From dam to glam: dating after divorce
September 15, 2008 at 2:52 am 1 comment
The dating game, and how to ensure you are putting
your children’s best interests first.
It’s been said that dating is something that is good for you but can be hard on your children, because it pulls you away from them and may be confusing for them. There are no specific rules for dating when you have kids; there’s no right or wrong way to do it. Of course, your priority should still be your children, and sometimes you have to sacrifice your needs for them.
Dating postdivorce, achieving balance in your life and putting your children’s best interest first can be a challenge. Please click on the link to read more about tips and strategies as to how to navigate this new phase in your life postdivorce.

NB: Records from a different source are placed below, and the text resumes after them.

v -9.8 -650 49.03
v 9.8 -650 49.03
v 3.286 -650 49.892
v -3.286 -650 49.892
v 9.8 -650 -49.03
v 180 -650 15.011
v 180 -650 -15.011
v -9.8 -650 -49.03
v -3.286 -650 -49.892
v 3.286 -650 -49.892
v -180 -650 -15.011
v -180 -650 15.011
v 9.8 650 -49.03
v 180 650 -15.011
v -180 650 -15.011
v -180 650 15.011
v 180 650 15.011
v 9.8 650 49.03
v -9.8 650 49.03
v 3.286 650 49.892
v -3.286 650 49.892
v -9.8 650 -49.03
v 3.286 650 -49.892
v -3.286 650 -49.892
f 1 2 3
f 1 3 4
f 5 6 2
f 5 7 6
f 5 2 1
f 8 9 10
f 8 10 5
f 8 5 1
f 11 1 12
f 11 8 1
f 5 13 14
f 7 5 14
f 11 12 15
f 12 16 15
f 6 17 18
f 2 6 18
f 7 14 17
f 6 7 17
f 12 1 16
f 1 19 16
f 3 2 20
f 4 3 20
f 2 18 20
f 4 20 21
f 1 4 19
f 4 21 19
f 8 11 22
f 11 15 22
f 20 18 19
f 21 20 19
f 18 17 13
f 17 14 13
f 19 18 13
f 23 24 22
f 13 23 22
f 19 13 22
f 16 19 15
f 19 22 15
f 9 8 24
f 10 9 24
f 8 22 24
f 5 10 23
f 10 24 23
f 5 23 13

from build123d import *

# Parameters (mm, degrees)
EXTRUDE_1_DEPTH = 650


with BuildPart() as part:
    # 草图5 → 凸台-拉伸1 (new body, symmetric)
    with BuildSketch(Plane(origin=(0, 0, 0), x_dir=(1, 0, 0), z_dir=(0, 1, 0))):
        with BuildLine():
            Line((180, 0), (180, -15.011157988))
            Line((180, -15.011157988), (9.8, -49.030194778))
            ThreePointArc((9.8, -49.030194778), (0, -50), (-9.8, -49.030194778))
            Line((-9.8, -49.030194778), (-180, -15.011157988))
            Line((-180, -15.011157988), (-180, 0))
            Line((-180, 0), (-180, 15.011157988))
            Line((-180, 15.011157988), (-9.799999967, 49.030194785))
            ThreePointArc((-9.799999967, 49.030194785), (1.7e-08, 50), (9.8, 49.030194778))
            Line((9.8, 49.030194778), (180, 15.011157988))
            Line((180, 15.011157988), (180, 0))
        make_face()
    extrude(amount=EXTRUDE_1_DEPTH, both=True)


solid = part.part
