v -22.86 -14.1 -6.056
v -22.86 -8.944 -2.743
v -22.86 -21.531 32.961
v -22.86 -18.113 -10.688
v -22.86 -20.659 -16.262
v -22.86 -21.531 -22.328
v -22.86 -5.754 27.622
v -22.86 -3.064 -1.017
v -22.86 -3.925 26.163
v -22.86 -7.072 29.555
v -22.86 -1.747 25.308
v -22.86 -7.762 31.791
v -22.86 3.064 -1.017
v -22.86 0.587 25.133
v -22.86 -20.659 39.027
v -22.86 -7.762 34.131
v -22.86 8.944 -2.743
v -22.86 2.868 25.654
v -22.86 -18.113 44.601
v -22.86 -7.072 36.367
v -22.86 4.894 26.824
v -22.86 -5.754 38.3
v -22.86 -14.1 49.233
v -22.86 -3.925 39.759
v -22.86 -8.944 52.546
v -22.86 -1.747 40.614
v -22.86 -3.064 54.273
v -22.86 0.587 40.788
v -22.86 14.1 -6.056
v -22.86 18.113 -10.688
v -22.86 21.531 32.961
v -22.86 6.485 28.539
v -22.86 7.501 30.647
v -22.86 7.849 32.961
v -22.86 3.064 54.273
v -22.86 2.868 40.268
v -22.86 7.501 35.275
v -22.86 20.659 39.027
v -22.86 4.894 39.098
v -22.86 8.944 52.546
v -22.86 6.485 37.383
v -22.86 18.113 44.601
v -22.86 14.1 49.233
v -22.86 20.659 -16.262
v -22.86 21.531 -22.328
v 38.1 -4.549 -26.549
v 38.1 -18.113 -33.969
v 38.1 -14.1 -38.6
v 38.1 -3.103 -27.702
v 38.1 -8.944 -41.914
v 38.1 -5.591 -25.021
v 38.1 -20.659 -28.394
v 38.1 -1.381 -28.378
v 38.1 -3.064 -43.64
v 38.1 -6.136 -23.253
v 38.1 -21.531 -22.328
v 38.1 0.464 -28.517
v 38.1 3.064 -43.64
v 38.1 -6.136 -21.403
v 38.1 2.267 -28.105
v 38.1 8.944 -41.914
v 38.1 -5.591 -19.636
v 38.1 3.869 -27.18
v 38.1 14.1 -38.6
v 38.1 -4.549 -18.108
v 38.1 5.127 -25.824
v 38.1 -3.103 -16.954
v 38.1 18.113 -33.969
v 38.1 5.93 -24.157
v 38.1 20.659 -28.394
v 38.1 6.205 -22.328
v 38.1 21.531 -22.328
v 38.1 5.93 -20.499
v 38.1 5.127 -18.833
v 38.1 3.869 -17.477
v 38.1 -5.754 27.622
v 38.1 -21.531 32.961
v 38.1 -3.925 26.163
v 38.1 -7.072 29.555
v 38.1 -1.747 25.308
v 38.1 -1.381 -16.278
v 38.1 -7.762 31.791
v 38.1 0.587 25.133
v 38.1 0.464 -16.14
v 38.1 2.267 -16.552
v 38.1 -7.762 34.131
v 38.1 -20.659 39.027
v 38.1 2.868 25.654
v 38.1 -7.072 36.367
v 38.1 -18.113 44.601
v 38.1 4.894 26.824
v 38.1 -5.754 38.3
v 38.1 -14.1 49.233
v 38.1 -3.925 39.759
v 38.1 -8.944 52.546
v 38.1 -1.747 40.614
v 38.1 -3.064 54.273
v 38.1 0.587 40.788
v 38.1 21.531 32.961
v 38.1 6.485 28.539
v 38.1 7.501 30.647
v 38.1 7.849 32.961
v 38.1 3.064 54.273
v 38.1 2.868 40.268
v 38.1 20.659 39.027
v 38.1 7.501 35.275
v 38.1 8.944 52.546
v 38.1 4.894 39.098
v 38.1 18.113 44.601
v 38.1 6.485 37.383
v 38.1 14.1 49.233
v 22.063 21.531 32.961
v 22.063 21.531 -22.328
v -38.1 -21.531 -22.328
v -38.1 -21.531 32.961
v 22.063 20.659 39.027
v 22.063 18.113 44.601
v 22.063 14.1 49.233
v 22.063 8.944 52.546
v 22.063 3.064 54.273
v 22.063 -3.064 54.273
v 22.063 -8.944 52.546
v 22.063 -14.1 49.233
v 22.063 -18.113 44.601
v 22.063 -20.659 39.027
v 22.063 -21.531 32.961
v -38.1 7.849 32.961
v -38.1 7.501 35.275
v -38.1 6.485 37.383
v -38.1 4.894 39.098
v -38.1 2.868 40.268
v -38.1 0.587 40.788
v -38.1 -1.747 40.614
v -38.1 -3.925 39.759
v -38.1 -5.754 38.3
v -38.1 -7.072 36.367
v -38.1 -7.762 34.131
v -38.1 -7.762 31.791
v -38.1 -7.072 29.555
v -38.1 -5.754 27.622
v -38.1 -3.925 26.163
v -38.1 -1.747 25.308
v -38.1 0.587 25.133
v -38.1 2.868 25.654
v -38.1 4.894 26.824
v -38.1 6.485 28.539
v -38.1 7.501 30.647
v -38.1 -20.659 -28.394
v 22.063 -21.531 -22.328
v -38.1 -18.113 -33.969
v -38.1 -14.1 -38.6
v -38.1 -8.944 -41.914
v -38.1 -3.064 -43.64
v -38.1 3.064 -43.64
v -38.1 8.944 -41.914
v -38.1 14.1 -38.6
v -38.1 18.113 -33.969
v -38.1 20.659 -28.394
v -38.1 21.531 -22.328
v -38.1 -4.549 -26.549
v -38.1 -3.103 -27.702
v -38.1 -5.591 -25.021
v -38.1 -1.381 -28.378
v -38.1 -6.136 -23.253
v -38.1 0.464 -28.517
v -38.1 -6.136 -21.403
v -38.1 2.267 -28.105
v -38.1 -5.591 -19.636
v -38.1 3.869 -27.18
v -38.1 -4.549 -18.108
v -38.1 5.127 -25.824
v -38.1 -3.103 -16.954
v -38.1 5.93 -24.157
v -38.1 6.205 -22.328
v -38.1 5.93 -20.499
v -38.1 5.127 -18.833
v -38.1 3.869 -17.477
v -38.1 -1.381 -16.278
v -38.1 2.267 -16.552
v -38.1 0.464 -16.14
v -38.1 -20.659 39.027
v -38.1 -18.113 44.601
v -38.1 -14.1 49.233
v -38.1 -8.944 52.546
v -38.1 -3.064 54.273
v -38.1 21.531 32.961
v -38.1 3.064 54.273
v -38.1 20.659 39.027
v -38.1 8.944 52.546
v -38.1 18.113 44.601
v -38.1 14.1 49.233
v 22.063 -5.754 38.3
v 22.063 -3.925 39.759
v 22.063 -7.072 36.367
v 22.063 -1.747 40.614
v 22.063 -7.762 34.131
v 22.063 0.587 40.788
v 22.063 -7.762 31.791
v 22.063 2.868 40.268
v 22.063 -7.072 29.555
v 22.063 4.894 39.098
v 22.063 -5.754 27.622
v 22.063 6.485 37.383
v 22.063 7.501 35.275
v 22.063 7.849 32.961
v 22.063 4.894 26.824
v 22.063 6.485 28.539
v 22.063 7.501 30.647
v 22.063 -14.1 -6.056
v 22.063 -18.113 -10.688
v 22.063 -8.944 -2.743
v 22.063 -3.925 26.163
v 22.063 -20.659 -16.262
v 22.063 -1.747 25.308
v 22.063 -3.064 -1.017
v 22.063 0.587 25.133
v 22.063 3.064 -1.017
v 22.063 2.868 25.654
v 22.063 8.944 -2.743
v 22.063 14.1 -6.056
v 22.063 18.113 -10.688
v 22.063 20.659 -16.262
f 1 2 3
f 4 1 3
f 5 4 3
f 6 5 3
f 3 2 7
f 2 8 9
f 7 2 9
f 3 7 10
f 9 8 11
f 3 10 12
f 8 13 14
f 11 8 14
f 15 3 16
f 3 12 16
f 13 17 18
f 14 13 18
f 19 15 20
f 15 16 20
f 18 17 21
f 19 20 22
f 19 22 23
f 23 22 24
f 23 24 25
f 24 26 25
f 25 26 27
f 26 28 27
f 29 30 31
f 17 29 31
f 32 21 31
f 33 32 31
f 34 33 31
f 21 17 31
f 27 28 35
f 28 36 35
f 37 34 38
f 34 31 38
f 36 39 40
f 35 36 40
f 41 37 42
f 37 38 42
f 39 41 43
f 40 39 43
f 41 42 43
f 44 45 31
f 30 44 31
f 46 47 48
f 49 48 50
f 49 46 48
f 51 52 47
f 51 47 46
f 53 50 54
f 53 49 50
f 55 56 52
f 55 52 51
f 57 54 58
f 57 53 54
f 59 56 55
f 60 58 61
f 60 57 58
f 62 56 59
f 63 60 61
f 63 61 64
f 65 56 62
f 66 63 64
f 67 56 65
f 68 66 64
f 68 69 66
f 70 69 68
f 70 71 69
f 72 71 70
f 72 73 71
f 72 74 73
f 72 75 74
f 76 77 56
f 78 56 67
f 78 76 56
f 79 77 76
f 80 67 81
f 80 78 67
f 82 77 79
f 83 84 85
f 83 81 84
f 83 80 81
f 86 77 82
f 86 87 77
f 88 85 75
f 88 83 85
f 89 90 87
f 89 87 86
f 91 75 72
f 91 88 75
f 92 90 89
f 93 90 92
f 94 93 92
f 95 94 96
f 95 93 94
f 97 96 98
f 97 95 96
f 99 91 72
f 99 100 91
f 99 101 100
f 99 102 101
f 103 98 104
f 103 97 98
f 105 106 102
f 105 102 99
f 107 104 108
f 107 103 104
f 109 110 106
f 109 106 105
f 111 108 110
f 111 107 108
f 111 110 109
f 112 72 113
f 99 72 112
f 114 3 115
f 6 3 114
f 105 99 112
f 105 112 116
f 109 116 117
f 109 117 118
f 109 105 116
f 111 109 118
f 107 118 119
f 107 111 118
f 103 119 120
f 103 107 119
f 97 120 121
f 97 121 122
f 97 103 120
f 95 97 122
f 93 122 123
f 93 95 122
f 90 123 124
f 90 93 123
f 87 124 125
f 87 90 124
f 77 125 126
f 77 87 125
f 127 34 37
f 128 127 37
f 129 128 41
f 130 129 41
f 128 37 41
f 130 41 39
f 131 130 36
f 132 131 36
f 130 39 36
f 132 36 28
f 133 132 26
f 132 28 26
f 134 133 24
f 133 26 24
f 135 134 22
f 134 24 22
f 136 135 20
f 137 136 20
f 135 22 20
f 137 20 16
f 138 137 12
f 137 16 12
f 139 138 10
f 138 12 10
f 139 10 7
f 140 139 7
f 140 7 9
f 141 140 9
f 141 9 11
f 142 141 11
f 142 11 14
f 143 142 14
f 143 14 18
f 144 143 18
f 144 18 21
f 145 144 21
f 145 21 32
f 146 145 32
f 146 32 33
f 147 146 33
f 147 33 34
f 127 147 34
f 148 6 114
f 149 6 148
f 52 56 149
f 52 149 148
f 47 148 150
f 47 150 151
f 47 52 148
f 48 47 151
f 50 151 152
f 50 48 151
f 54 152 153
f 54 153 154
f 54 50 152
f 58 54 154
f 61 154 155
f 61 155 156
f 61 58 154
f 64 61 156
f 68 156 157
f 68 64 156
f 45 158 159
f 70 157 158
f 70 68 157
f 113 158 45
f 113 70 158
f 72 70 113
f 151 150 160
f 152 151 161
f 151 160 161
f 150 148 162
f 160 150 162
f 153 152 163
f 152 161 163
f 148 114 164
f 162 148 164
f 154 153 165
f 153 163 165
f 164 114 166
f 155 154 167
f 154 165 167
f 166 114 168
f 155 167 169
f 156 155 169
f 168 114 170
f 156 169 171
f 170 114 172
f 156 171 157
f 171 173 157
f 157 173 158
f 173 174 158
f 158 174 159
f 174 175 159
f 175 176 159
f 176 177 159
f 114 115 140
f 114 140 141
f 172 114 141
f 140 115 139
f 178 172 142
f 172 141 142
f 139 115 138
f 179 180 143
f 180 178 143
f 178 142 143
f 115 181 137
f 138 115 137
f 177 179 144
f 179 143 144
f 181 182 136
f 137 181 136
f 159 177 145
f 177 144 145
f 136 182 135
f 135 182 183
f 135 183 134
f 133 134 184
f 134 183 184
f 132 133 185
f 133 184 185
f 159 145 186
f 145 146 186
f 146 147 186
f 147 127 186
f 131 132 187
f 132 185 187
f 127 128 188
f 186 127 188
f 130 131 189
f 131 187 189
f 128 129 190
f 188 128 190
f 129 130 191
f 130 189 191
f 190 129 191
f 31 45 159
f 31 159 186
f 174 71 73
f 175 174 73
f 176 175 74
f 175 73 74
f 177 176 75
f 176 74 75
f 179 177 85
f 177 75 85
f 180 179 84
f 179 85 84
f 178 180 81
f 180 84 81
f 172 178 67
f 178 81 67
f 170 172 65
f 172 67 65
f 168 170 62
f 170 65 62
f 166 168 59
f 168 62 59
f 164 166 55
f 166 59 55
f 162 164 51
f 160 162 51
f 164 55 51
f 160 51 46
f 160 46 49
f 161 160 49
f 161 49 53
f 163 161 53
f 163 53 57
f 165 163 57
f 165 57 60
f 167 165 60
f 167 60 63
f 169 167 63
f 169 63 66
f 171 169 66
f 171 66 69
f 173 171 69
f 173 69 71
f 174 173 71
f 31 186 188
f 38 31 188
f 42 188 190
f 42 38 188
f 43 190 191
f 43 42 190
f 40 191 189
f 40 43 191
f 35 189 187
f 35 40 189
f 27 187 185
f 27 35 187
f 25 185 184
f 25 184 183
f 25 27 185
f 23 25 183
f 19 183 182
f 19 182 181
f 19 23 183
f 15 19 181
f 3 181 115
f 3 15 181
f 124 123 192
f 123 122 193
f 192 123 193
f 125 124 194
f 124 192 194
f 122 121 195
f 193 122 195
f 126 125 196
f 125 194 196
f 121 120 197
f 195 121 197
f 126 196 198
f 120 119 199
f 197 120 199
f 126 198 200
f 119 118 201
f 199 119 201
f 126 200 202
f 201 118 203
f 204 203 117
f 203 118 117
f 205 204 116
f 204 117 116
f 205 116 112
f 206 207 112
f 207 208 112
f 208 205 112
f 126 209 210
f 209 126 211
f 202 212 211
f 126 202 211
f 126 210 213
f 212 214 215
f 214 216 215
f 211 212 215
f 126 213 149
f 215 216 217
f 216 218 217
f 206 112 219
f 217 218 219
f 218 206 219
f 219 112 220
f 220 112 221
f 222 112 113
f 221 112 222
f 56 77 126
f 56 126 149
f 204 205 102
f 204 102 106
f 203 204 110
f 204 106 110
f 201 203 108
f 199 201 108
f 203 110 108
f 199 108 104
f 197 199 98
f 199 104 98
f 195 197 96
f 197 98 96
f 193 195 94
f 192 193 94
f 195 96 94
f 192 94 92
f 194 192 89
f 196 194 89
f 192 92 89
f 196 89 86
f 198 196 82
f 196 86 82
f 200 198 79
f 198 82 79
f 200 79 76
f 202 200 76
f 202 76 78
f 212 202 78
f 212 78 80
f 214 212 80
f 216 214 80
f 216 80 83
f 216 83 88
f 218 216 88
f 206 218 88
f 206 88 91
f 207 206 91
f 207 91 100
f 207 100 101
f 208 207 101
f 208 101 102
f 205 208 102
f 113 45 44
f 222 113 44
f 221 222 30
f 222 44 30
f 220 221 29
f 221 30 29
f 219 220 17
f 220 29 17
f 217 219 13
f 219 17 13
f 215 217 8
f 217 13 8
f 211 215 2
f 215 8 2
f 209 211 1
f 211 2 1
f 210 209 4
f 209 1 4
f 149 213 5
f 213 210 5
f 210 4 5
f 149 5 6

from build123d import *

# Parameters (mm, degrees)
F1_DEPTH      = 38.1
F1_DEPTH_BACK = 38.1
F2_R          = 7.8493938986
F2_R_2        = 6.2054902318
F3_DEPTH      = 76.201
F4_W          = 44.9225585908
F4_H          = 36.150701344
F4_H_2        = 55.2893020213
F5_DEPTH      = 43.0628599057
F6_R          = 6.2054902318
F7_DEPTH      = 60.95999991


with BuildPart() as f1:
    # F0 (on Right) → F1 (new body, two sides)
    with BuildSketch(Plane.YZ) as f1_sk:
        with BuildLine():
            Line((-21.5309299529, 32.9609289765), (-21.5309299529, -22.3283730447))
            ThreePointArc((-21.5309299529, -22.3283730447), (0, -43.8593029976), (21.5309299529, -22.3283730447))
            Line((21.5309299529, -22.3283730447), (21.5309299529, 32.9609289765))
            ThreePointArc((21.5309299529, 32.9609289765), (0, 54.4918589294), (-21.5309299529, 32.9609289765))
        make_face()
    extrude(amount=F1_DEPTH)
    extrude(f1_sk.sketch, amount=-F1_DEPTH_BACK)

    # F2 (on face) → F3 (cut, through all)
    with BuildSketch(Plane.YZ.offset(38.1)):
        with Locations((0, 32.9609289765)):
            Circle(F2_R)
        with Locations((0, -22.3283730447)):
            Circle(F2_R_2)
    extrude(amount=-F3_DEPTH, mode=Mode.SUBTRACT)

    # F4 (on face) → F5 (cut, through all)
    with BuildSketch(Plane(origin=(0, 21.5309299529, 0), x_dir=(-1, 0, 0), z_dir=(0, 1, 0))):
        with Locations((0.3987206146, 51.0362796485)):
            Rectangle(F4_W, F4_H)
        with Locations((0.3987206146, 5.3162779659)):
            Rectangle(F4_W, F4_H_2)
    extrude(amount=-F5_DEPTH, mode=Mode.SUBTRACT)

    # F6 (on face) → F7 (join, through all)
    with BuildSketch(Plane.YZ.offset(-22.85999991)):
        with BuildLine():
            ThreePointArc((21.5309299529, -22.3283730447), (0, -0.7974430919), (-21.5309299529, -22.3283730447))
            ThreePointArc((-21.5309299529, -22.3283730447), (0, -43.8593029976), (21.5309299529, -22.3283730447))
        make_face()
        with Locations((0, -22.3283730447)):
            Circle(F6_R, mode=Mode.SUBTRACT)
    extrude(amount=F7_DEPTH)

http://www.more.ca/relationships/married-life/from-dam-to-glam-dating-after-divorce/a/1800
I wrote this article for More magazine’s online edition. More magazine is a publication which celebrates women over 40. Men should also feel comfortable reading this article as it offers great insight into dating postdivorce; tips that apply to both men and women. If you would like to browse through this magazine click on the following link: www.more.ca
Knowing how to put your children’s best interests first
will give you a sense of comfort, calm and
the freedom to enjoy yourself.
Entry filed under: best interests of the children, children, dating, divorce, family, relationships, smart divorce, The Smart Divorce. Tags: .
1.
amy | September 15, 2008 at 10:58 am
I am a single mom, fostering to adopt(not finalized). I have been dating a man for 7 months who is almost everything I would want in a man and a dad. He loves my little girl like his own(oh he does not have any children and up until lately didn’t think he would want children in his life). He is taking things very slowly…we have already said the I love you’s to each other….and there is a sense of connection, EXCEPT he requires so much time by himself, we only get together One night during the week, and most of the time, but not always two nights on the weekend, hardly any daytime. He will come over around 6 and spend, for lack of better description, family time with Abbie and I. On the weekend he will spend an hour in the morning, sometimes a couple of hours with us, but then retreats to his house for alone time ( and all he says he does is sleep, which is to the best of my knowledge the sideeffect of depression medicine he takes), then he usually comes back that night and spends the night. We live about 20 min drive aways from each other. I tend to get into relationships too fast, and I am wondering, am I too worried about taking things faster, just on me, or shouldn’t this be progressing to where he wants to spend more time with us? He no longer invites us to his house, because I made the desision, about a month ago that we were no longer spending the night at his house ( Abbie never slept well, and I felt like it was too much on her). I do not know if I am sabotageing a good thing, or holding onto something doomed to nnot work?